# Using sql2csv documentation

Suppose you're trying to run a query with `sql2csv` but you've been having issues because the error message is not detailed enough to help debug the error. Which optional argument in `sql2csv` will print detailed tracebacks and logs when errors occur while using `sql2csv`?

- `-v` or `--verbose`

# Understand sql2csv connectors

Suppose you have a SQL database you would like to connect to using `sql2csv`, but you're not sure yet if this particular database can be connected to. sql2csv's manual does not readily have the list of possible database connectors, but `csvsql` does!

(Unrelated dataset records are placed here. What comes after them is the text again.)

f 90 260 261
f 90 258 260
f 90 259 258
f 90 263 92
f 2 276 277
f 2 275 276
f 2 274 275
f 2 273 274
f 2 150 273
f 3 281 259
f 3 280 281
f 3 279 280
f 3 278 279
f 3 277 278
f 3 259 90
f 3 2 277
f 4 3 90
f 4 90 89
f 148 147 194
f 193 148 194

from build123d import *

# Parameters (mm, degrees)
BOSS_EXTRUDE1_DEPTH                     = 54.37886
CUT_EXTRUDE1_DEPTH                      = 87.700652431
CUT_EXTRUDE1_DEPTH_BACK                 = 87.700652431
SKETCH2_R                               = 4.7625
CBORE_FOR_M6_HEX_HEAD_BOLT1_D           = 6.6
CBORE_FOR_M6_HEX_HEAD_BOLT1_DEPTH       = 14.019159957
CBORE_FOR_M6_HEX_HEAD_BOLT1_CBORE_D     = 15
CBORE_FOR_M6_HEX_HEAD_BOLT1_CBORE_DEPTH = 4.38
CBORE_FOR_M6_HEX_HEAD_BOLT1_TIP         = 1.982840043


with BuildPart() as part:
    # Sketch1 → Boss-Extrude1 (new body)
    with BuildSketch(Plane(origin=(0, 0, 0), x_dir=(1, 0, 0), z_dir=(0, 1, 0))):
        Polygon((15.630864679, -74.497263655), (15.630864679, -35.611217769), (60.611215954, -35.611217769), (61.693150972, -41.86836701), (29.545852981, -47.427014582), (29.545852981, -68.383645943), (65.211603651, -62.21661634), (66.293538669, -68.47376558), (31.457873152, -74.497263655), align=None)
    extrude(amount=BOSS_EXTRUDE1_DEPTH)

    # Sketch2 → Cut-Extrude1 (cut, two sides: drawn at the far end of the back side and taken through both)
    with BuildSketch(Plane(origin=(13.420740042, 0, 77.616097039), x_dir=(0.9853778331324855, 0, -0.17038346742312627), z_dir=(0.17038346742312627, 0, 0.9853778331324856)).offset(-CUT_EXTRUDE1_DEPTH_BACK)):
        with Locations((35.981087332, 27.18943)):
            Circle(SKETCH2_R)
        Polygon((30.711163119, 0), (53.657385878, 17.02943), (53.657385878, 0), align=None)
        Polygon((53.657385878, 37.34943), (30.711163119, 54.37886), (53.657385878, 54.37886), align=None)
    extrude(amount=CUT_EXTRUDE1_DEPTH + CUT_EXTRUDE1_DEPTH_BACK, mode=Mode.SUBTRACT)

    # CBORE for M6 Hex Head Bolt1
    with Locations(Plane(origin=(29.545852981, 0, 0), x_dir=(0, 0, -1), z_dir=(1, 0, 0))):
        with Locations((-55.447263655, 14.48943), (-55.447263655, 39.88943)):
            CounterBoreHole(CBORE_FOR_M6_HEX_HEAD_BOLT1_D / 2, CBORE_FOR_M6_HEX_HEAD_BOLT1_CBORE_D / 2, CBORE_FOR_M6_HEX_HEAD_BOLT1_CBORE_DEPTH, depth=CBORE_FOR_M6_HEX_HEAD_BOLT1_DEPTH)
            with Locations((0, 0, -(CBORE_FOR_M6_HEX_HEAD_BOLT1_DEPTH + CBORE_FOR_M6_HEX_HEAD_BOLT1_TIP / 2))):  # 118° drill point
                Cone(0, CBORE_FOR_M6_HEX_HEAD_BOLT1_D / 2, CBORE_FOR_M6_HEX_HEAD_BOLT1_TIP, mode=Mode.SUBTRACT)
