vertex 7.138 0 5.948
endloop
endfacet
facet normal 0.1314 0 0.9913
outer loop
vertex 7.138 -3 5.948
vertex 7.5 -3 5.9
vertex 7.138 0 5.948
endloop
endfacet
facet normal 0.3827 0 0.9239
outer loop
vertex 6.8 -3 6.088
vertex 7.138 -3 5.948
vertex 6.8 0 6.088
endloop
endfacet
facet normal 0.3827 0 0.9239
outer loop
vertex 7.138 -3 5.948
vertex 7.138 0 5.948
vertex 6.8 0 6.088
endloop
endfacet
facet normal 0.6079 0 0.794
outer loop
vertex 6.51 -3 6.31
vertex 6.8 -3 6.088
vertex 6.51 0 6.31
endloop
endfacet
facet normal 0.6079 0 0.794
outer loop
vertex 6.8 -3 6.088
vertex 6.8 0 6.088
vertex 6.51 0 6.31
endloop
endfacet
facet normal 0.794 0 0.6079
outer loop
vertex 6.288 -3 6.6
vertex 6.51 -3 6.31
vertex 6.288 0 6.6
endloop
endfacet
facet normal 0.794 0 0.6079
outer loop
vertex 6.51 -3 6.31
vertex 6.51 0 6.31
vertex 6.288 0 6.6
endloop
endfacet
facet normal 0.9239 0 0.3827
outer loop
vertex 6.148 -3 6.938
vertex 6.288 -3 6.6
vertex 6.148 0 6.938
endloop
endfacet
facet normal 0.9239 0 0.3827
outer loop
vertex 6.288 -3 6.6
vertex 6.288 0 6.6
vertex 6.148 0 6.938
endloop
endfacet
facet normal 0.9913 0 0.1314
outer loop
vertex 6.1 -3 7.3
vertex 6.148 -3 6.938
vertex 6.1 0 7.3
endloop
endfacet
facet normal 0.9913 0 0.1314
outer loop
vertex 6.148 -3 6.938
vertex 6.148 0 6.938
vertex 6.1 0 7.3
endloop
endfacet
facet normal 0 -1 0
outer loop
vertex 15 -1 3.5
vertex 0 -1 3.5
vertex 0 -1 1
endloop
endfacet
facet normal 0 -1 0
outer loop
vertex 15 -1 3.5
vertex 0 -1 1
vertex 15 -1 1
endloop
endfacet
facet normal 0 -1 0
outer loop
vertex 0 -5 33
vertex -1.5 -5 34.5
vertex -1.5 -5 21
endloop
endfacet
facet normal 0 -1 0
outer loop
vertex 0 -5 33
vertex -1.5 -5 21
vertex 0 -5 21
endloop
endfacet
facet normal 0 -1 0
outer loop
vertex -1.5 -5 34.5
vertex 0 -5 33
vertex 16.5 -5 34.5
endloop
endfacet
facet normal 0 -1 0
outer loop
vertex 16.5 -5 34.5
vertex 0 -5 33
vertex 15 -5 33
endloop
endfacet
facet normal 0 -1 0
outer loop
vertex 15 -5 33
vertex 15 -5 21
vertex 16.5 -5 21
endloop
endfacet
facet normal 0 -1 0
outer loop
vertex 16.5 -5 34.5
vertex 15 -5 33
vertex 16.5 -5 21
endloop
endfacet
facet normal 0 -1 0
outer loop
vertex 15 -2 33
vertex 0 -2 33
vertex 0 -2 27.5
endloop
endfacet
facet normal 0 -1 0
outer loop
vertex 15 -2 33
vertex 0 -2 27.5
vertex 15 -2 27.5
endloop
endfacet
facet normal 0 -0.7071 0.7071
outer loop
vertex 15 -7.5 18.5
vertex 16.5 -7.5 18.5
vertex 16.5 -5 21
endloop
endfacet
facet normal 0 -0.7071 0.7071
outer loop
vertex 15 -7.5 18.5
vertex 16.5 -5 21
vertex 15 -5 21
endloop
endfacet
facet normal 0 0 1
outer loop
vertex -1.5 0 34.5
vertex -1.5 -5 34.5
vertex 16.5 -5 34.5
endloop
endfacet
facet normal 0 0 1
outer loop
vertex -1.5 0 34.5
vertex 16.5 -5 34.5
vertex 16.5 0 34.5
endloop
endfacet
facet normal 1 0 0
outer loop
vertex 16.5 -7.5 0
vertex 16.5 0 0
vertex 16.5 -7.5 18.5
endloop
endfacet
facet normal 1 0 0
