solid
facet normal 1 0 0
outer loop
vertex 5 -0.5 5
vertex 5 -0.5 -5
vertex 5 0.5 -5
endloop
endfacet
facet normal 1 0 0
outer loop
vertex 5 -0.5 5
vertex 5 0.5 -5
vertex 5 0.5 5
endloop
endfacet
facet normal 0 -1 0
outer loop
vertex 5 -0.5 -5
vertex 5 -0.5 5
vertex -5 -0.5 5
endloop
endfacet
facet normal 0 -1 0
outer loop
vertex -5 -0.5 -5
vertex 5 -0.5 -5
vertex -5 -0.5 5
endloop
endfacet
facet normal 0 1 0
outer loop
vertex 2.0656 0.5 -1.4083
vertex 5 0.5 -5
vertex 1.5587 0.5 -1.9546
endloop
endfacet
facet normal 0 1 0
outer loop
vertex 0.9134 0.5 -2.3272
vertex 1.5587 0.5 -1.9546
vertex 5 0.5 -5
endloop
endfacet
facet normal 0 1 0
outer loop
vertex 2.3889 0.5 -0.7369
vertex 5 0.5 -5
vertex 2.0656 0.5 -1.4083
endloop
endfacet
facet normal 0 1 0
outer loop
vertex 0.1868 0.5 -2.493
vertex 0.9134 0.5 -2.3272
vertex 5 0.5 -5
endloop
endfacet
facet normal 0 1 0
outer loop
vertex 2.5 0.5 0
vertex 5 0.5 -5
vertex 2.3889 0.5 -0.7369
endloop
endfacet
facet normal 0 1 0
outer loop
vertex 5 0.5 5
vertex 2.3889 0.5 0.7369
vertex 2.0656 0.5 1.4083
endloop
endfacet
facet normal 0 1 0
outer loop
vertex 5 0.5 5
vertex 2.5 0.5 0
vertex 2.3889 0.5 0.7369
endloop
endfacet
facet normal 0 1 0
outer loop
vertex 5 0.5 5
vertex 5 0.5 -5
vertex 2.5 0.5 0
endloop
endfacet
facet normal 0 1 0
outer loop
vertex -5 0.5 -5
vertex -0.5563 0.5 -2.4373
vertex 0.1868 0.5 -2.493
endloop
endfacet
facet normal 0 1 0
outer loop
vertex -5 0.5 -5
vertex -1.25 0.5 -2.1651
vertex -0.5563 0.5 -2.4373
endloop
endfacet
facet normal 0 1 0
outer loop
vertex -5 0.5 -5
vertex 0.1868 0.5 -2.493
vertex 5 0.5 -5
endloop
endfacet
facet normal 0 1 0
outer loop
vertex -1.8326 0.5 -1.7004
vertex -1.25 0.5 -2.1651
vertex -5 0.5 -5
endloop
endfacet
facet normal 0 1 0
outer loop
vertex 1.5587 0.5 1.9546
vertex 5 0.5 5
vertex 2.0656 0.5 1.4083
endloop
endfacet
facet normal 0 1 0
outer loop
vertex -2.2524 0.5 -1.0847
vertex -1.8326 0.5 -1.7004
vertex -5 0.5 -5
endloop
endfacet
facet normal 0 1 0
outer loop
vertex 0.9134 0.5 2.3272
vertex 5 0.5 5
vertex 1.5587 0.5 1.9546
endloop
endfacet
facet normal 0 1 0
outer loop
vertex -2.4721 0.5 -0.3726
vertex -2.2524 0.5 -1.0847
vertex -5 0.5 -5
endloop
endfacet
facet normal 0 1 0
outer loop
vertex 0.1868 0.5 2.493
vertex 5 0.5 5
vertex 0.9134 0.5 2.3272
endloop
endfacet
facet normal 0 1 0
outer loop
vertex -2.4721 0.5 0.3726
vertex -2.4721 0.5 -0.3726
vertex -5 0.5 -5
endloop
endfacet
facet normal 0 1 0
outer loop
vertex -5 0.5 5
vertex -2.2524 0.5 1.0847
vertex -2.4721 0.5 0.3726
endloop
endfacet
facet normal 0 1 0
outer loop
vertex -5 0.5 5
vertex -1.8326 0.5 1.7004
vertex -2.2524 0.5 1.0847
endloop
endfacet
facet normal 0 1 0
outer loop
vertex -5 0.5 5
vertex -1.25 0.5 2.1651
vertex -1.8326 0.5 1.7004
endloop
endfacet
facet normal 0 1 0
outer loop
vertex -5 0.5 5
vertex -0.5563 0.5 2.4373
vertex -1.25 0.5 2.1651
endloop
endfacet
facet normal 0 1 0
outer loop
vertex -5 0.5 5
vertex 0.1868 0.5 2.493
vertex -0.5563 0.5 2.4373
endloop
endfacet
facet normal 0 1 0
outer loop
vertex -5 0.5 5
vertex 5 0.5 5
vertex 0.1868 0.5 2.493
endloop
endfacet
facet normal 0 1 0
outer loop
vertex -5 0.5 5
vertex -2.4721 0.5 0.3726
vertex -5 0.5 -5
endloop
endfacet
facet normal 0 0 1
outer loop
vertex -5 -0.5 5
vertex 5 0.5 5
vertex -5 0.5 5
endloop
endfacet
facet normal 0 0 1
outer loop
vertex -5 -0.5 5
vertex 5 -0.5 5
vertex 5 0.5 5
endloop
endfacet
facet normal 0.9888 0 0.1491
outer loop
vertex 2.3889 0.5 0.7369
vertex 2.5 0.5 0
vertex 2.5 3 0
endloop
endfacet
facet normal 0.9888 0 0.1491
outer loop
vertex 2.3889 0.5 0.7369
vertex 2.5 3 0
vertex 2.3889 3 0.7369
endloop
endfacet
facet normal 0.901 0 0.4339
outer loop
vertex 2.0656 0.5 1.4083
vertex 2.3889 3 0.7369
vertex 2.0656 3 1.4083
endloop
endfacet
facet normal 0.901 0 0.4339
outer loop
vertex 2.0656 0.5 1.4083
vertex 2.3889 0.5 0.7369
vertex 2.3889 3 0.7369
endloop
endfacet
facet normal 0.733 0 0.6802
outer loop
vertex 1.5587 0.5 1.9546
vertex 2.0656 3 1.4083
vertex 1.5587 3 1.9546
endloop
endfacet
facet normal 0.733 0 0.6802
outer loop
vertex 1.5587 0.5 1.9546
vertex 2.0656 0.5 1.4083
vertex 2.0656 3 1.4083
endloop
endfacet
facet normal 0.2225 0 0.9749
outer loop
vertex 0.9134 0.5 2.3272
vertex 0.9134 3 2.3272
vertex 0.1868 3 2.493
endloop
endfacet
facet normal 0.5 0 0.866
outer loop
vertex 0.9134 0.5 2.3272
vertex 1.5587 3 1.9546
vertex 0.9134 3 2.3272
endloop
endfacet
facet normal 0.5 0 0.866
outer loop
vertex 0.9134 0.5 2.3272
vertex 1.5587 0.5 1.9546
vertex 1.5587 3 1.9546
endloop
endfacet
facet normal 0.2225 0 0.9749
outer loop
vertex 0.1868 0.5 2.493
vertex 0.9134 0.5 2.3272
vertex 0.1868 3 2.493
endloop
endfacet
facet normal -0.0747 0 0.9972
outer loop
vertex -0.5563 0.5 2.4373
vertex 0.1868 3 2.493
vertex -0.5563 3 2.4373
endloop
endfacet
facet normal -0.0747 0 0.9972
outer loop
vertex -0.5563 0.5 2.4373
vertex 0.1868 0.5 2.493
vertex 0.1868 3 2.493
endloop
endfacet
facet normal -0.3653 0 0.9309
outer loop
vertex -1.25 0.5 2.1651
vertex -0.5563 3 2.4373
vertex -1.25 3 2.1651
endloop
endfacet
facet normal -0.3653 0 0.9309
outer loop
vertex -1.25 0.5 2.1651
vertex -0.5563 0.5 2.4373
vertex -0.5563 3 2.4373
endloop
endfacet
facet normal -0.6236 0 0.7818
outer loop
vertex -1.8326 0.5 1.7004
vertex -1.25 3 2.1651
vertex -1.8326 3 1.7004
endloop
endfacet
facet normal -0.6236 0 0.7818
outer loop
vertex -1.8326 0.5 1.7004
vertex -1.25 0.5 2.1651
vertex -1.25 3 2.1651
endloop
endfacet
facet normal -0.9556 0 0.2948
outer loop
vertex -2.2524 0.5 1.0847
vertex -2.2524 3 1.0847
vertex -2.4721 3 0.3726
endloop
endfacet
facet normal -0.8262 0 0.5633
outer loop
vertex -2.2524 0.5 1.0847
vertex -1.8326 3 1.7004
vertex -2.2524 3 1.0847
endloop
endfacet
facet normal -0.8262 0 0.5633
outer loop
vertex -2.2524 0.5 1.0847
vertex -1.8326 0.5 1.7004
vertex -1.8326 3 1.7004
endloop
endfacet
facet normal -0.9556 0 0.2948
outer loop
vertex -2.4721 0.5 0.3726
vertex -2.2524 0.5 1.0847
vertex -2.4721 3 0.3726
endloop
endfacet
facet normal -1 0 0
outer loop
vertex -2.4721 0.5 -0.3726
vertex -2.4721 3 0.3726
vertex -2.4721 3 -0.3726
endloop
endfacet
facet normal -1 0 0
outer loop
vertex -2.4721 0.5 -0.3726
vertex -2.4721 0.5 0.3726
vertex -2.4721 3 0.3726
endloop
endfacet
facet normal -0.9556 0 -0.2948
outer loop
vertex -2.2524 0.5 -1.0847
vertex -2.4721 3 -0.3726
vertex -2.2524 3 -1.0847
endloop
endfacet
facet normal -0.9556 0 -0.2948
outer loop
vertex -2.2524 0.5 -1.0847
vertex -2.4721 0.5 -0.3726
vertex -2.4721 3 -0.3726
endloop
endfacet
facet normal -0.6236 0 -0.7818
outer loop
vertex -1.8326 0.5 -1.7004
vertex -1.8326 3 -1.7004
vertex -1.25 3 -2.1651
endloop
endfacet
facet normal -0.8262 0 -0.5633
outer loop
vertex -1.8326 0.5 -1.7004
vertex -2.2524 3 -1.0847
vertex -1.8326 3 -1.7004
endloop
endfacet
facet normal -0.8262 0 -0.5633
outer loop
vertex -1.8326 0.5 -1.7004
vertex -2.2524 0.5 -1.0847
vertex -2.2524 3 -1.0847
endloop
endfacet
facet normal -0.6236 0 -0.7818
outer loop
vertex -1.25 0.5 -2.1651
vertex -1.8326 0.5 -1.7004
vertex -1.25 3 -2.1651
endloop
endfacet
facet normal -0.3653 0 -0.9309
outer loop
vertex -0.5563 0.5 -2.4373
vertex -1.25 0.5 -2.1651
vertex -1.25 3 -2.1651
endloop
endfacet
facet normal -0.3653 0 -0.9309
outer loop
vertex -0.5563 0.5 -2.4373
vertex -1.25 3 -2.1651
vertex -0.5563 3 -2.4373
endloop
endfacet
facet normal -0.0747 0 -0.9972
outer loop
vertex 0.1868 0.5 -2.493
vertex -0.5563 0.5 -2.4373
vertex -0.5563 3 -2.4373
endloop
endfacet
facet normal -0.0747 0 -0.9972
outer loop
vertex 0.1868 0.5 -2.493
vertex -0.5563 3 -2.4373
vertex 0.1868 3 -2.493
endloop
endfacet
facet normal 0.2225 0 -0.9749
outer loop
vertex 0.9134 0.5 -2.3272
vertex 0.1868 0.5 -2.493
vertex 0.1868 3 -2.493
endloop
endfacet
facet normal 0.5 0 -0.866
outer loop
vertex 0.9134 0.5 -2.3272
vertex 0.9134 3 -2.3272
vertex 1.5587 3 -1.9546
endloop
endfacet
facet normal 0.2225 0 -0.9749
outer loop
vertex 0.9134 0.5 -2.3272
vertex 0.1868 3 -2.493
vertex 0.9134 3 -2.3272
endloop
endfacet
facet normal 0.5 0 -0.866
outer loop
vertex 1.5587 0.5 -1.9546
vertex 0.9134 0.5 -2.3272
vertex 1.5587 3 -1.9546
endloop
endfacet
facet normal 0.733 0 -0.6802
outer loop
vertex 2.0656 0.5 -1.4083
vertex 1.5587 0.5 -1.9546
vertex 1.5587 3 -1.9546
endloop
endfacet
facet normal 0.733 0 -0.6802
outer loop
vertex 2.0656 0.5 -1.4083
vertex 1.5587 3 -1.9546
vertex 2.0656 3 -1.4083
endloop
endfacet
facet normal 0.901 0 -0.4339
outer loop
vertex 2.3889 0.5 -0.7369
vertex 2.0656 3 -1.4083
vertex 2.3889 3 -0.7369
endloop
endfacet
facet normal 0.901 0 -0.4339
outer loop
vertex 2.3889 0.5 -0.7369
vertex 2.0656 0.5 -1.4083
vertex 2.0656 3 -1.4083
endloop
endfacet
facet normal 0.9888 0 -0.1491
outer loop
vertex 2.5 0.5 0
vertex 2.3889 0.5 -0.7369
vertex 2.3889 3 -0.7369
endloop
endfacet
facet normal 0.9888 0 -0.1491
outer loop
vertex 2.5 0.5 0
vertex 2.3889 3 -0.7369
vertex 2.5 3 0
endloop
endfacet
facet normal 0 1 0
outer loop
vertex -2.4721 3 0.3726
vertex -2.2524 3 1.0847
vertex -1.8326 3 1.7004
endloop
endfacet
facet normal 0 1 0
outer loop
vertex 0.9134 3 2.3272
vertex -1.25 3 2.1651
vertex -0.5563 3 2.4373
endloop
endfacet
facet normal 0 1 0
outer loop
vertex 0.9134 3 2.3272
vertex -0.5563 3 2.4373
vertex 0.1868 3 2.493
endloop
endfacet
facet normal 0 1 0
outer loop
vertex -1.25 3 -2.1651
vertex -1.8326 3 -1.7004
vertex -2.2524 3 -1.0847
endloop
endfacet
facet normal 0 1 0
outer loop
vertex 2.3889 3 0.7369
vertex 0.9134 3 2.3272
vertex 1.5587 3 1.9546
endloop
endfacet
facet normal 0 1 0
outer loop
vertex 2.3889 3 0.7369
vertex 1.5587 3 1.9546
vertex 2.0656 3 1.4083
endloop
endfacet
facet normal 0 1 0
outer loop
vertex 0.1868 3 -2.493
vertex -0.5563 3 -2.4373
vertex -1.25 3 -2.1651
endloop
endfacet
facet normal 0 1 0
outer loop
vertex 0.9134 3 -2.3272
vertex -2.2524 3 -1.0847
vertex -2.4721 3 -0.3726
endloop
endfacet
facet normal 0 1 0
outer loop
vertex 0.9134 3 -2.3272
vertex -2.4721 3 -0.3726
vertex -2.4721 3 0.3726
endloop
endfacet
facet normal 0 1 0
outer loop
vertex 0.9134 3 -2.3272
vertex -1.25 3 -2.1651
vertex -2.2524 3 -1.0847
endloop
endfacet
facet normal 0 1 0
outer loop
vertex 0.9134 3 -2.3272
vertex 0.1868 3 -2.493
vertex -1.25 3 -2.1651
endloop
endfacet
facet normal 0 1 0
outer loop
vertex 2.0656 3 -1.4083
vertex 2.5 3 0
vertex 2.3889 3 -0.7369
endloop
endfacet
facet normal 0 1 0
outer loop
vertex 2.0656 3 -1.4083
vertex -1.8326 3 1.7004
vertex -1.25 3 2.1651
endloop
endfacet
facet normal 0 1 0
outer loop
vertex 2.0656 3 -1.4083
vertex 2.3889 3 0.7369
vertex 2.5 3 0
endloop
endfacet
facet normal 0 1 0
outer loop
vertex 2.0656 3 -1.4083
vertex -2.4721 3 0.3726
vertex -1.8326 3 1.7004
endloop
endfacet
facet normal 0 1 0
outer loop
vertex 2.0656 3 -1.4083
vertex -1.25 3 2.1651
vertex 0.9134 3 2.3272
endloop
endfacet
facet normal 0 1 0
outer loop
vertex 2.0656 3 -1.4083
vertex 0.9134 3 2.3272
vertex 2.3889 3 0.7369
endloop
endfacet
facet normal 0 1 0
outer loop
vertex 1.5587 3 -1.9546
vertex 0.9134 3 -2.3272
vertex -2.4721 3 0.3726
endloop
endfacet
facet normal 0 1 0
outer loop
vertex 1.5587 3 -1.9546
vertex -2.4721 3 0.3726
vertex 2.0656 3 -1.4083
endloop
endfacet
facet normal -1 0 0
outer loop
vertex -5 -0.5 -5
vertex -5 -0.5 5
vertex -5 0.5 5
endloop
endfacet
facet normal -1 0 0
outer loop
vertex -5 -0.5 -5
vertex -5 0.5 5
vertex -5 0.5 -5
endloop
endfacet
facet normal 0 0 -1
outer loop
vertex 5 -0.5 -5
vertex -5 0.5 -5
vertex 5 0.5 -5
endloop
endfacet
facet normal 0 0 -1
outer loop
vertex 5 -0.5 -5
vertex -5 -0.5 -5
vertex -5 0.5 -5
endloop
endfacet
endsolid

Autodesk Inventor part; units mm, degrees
sketch "Sketch1" plane through (0, 0, 0) normal (0, 1, 0) x (-1, 0, 0)
  line L0 (5, -5) -> (-5, -5)
  line L1 (-5, -5) -> (-5, 5)
  line L2 (-5, 5) -> (5, 5)
  line L3 (5, 5) -> (5, -5)
  line L4 (0, -6.825) -> (0, 6.825) projected
  line L5 (-7, 0) -> (7, 0) projected
  point P0 (0, 0)
  point P1 (0, -5)
  point P2 (5, 0)
  dimension "d0" = 10
  dimension "d1" = 10
extrude "Extrusion1" add sketch "Sketch1" along normal mid plane 1
sketch "Sketch2" plane through (0, 0.5, 0) normal (0, 1, 0) x (1, 0, 0)
  circle A0 centre (0, 0) radius 2.5
  dimension "d4" = 5
extrude "Extrusion2" add sketch "Sketch2" along normal blind 2.5
properties part number "1x1_Piece"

Could you use `csvsql`'s manual to check what SQL database connections are currently NOT supported for `sql2csv` and for the rest of the `csvkit` suite?

- MongoDB (Because it is NoSQL)

# Practice pulling data from database

With the powers of `csvkit`, we don't need to download and set up fancy database management software like MS SQL Server, DB2, PgAdmin, or TablePlus to be able to access the data inside a SQL database. We can pull data directly from our command line using `csvkit`'s `sql2csv` command.

In this practice, let's walk through pulling data step by step, by applying SQL manipulations to the table `Spotify_Popularity` which dwells inside a SQLite database called `SpotifyDatabase` and then saving the output of the SQL query to a local `.csv` file `Spotify_Popularity_5Rows.csv`.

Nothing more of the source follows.